Before that DDOT hearing was over, DDOT put a hold on the development, because of concerns about use of public space for it and the disapproval of the local ANC, conveyed to both the charter board and DDOT in October. A second DDOT hearing for this Rocketship campus is slated for January 26.

DDOT’s hold was apparently fomented also by a document presented to the charter board at its October board meeting, by the 21st Century School Fund. That document outlines in detail how unsuitable that area is for a school in terms of location, existing schools, and size (for instance, the planned building will provide only half the space per student a DCPS school is required to provide). It also outlines how public processes for creating that campus were not followed or fell short of adequacy, essentially leaving the public in the dark.
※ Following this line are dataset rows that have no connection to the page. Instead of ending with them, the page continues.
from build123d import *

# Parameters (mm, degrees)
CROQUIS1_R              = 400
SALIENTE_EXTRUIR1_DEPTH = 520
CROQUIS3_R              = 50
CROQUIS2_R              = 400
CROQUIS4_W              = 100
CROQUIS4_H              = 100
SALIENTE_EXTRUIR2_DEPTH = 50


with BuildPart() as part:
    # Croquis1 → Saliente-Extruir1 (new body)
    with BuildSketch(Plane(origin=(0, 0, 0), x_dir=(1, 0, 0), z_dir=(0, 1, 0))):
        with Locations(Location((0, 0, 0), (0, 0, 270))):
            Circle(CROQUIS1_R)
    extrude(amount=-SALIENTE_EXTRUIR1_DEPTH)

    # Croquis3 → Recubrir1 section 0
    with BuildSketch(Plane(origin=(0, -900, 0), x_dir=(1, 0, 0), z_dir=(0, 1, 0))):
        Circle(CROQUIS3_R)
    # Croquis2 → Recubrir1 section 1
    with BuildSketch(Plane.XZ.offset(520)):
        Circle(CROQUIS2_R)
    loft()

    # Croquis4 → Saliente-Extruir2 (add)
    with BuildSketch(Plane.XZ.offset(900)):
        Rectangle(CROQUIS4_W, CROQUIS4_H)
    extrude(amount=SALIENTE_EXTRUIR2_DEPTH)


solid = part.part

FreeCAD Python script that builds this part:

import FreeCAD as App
import Part
import Sketcher
Q = App.Units.Quantity


def add_polygon(sketch, points):
    """Adds a closed chain of lines whose ends are joined by coincident constraints."""
    first, n = sketch.GeometryCount, len(points)
    for a, b in zip(points, points[1:] + points[:1]):
        sketch.addGeometry(Part.LineSegment(App.Vector(*a, 0), App.Vector(*b, 0)), False)
    for i in range(n):
        sketch.addConstraint(Sketcher.Constraint("Coincident", first + i, 2, first + (i + 1) % n, 1))

doc = App.newDocument("Part")
body = doc.addObject("PartDesign::Body", "Body")

# Sketch on XZ plane
sketch1 = body.newObject("Sketcher::SketchObject", "Sketch")
sketch1.AttachmentSupport = (doc.getObject("XZ_Plane"), [""])
sketch1.MapMode = "FlatFace"
sketch1.addGeometry(Part.Circle(App.Vector(0, 0, 0), App.Vector(0, 0, 1), 400), False)
sketch1.addConstraint([
    Sketcher.Constraint("Coincident", 0, 3, -1, 1),
    Sketcher.Constraint("Diameter", 0, Q("800 mm")),
])
pad1 = body.newObject("PartDesign::Pad", "Pad")
pad1.Profile = sketch1
pad1.Length = 520

# Sketch on XZ plane
sketch2 = body.newObject("Sketcher::SketchObject", "Sketch001")
sketch2.AttachmentSupport = (doc.getObject("XZ_Plane"), [""])
sketch2.MapMode = "FlatFace"
sketch2.AttachmentOffset = App.Placement(App.Vector(0, 0, 900), App.Rotation())
sketch2.addGeometry(Part.Circle(App.Vector(0, 0, 0), App.Vector(0, 0, 1), 50), False)
sketch2.addConstraint([
    Sketcher.Constraint("Coincident", 0, 3, -1, 1),
    Sketcher.Constraint("Diameter", 0, Q("100 mm")),
])

# Sketch on XZ plane
sketch3 = body.newObject("Sketcher::SketchObject", "Sketch002")
sketch3.AttachmentSupport = (doc.getObject("XZ_Plane"), [""])
sketch3.MapMode = "FlatFace"
sketch3.AttachmentOffset = App.Placement(App.Vector(0, 0, 520), App.Rotation())
sketch3.addGeometry(Part.Circle(App.Vector(0, 0, 0), App.Vector(0, 0, 1), 400), False)
sketch3.addConstraint([
    Sketcher.Constraint("Coincident", 0, 3, -1, 1),
    Sketcher.Constraint("Diameter", 0, Q("800 mm")),
])

additiveloft = body.newObject("PartDesign::AdditiveLoft", "AdditiveLoft")
additiveloft.Profile = sketch2
additiveloft.Sections = [sketch3]

# Sketch on XZ plane
sketch4 = body.newObject("Sketcher::SketchObject", "Sketch003")
sketch4.AttachmentSupport = (doc.getObject("XZ_Plane"), [""])
sketch4.MapMode = "FlatFace"
sketch4.AttachmentOffset = App.Placement(App.Vector(0, 0, 900), App.Rotation())
add_polygon(sketch4, [(-50, 50), (-50, -50), (50, -50), (50, 50)])  # lines 0-3
sketch4.addConstraint([
    Sketcher.Constraint("Vertical", 0),
    Sketcher.Constraint("Horizontal", 1),
    Sketcher.Constraint("Vertical", 2),
    Sketcher.Constraint("Horizontal", 3),
    Sketcher.Constraint("Symmetric", 0, 2, 2, 2, -1, 1),
    Sketcher.Constraint("Equal", 3, 0),
    Sketcher.Constraint("DistanceX", 1, 1, 1, 2, Q("100 mm")),
])
pad2 = body.newObject("PartDesign::Pad", "Pad001")
pad2.Profile = sketch4
pad2.Length = 50

doc.recompute()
Indeed, at the November charter board meeting, several neighbors and ANC commissioners testified about having very little information ahead of time and presented a neighborhood petition, asking that the school not be located there. They noted that there are nine schools in the area already, including both DCPS and charter schools.

Shortly thereafter, the charter board voted unanimously to approve Rocketship’s second school in that location.

This is all perfectly legal

On May 27, 2016, three contiguous parcels of land in a residential area of Ward 7 were recorded as sold to one buyer. Two of the parcels—4135 Alabama Avenue SE and 4250 Massachusetts SE—had residential dwellings. One parcel—4254 Massachusetts Avenue SE–was an empty lot.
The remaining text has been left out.